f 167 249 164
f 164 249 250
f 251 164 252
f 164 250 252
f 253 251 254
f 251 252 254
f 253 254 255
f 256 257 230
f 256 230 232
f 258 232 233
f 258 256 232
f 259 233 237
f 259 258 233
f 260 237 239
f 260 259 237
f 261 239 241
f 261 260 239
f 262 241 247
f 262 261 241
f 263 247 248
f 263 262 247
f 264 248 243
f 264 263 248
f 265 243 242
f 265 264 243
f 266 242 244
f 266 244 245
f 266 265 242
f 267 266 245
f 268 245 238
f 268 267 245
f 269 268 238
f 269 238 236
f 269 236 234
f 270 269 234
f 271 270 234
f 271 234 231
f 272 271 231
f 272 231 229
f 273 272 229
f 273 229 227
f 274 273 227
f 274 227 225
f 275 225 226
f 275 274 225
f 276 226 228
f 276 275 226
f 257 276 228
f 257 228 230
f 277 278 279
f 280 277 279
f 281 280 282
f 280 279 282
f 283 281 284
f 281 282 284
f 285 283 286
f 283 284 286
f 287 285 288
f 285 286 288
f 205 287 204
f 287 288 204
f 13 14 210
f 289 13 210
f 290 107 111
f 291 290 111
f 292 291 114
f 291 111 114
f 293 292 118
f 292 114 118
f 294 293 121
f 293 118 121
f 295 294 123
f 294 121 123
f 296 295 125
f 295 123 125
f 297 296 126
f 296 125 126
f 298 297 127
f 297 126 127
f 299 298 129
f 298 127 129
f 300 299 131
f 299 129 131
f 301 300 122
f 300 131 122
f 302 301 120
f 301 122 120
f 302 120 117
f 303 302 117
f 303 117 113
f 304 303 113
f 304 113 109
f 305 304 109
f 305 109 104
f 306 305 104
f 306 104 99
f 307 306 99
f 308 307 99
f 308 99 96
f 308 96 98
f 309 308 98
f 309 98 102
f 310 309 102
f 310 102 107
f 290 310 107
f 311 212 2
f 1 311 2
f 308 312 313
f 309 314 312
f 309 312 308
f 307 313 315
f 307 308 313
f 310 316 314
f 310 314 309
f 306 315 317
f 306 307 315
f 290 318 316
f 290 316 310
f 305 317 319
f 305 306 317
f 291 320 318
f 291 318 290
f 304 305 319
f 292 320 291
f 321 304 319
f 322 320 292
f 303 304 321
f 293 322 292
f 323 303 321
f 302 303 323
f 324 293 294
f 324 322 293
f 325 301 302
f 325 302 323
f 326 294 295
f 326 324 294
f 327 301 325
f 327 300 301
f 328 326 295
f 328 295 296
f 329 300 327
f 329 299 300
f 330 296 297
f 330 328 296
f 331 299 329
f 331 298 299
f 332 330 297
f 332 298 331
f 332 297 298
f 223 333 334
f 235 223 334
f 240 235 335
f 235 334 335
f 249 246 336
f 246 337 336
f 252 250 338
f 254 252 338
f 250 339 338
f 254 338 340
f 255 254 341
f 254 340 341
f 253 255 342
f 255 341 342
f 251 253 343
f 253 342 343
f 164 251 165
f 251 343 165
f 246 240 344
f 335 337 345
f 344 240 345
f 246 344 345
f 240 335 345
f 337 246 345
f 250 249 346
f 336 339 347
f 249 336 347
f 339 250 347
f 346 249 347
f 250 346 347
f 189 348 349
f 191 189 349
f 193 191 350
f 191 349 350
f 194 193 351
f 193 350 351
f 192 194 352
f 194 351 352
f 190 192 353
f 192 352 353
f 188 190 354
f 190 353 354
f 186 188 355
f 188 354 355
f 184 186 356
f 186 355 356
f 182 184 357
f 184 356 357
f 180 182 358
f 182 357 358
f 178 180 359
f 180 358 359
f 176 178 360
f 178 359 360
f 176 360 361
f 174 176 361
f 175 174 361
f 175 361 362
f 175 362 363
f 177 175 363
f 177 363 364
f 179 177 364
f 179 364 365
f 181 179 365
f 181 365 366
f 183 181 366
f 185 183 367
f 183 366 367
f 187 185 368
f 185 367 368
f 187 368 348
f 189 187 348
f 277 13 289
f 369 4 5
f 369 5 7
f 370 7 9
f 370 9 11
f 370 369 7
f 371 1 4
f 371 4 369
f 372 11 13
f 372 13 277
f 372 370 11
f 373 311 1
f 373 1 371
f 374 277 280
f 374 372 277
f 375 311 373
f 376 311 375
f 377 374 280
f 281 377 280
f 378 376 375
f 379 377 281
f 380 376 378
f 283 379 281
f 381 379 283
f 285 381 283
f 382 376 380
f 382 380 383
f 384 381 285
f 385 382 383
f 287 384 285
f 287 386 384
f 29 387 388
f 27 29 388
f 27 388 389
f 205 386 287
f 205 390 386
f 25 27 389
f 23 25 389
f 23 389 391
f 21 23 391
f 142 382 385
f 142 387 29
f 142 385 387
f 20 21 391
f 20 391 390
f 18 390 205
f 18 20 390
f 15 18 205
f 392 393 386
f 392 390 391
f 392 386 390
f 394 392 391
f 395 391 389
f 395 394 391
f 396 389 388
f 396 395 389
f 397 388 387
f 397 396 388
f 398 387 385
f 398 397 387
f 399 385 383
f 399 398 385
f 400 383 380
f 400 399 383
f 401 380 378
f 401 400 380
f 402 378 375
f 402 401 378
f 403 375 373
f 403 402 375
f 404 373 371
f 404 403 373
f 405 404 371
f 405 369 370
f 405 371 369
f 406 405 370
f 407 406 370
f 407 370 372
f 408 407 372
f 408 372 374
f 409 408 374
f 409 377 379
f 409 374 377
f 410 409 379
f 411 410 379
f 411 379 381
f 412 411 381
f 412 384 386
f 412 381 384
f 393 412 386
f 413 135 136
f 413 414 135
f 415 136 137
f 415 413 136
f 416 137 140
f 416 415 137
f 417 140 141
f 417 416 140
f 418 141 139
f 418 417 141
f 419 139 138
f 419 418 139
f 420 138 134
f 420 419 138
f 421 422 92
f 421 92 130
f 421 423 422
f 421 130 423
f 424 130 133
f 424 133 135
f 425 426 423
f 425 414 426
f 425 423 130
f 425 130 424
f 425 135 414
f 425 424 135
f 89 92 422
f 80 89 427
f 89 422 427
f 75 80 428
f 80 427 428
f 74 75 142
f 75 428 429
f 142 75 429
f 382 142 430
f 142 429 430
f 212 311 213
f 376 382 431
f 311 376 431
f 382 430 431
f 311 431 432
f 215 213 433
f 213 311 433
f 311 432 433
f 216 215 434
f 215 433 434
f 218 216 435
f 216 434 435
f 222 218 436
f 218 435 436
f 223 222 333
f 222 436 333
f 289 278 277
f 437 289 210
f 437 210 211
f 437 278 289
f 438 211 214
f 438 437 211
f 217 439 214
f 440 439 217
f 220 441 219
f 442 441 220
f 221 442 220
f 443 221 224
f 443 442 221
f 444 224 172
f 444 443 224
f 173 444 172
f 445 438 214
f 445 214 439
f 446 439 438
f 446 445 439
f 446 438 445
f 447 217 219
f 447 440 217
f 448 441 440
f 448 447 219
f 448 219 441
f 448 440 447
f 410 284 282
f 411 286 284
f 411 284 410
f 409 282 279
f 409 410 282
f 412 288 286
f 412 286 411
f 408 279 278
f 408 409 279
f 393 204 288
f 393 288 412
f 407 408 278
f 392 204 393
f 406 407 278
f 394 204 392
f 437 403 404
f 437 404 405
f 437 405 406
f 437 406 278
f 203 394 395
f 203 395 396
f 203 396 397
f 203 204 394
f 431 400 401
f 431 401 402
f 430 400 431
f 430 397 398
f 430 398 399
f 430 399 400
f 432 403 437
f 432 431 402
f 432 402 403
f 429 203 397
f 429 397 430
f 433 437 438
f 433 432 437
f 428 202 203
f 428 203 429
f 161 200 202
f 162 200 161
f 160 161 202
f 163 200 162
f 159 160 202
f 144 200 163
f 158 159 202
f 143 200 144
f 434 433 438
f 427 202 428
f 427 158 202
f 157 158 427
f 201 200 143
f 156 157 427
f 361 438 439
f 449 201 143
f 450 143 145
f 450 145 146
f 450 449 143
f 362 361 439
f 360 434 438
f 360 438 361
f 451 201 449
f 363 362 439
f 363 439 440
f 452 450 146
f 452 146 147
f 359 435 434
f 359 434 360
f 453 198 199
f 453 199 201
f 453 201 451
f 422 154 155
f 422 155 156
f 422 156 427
:::
(WHAT THE TASK ASKS): Beginning with the line above that contains "f 240 335 345", copy each line exactly up to and including the line that contains "f 185 183 367", and go no further.

(WRITTEN SOLUTION):
f 240 335 345
f 337 246 345
f 250 249 346
f 336 339 347
f 249 336 347
f 339 250 347
f 346 249 347
f 250 346 347
f 189 348 349
f 191 189 349
f 193 191 350
f 191 349 350
f 194 193 351
f 193 350 351
f 192 194 352
f 194 351 352
f 190 192 353
f 192 352 353
f 188 190 354
f 190 353 354
f 186 188 355
f 188 354 355
f 184 186 356
f 186 355 356
f 182 184 357
f 184 356 357
f 180 182 358
f 182 357 358
f 178 180 359
f 180 358 359
f 176 178 360
f 178 359 360
f 176 360 361
f 174 176 361
f 175 174 361
f 175 361 362
f 175 362 363
f 177 175 363
f 177 363 364
f 179 177 364
f 179 364 365
f 181 179 365
f 181 365 366
f 183 181 366
f 185 183 367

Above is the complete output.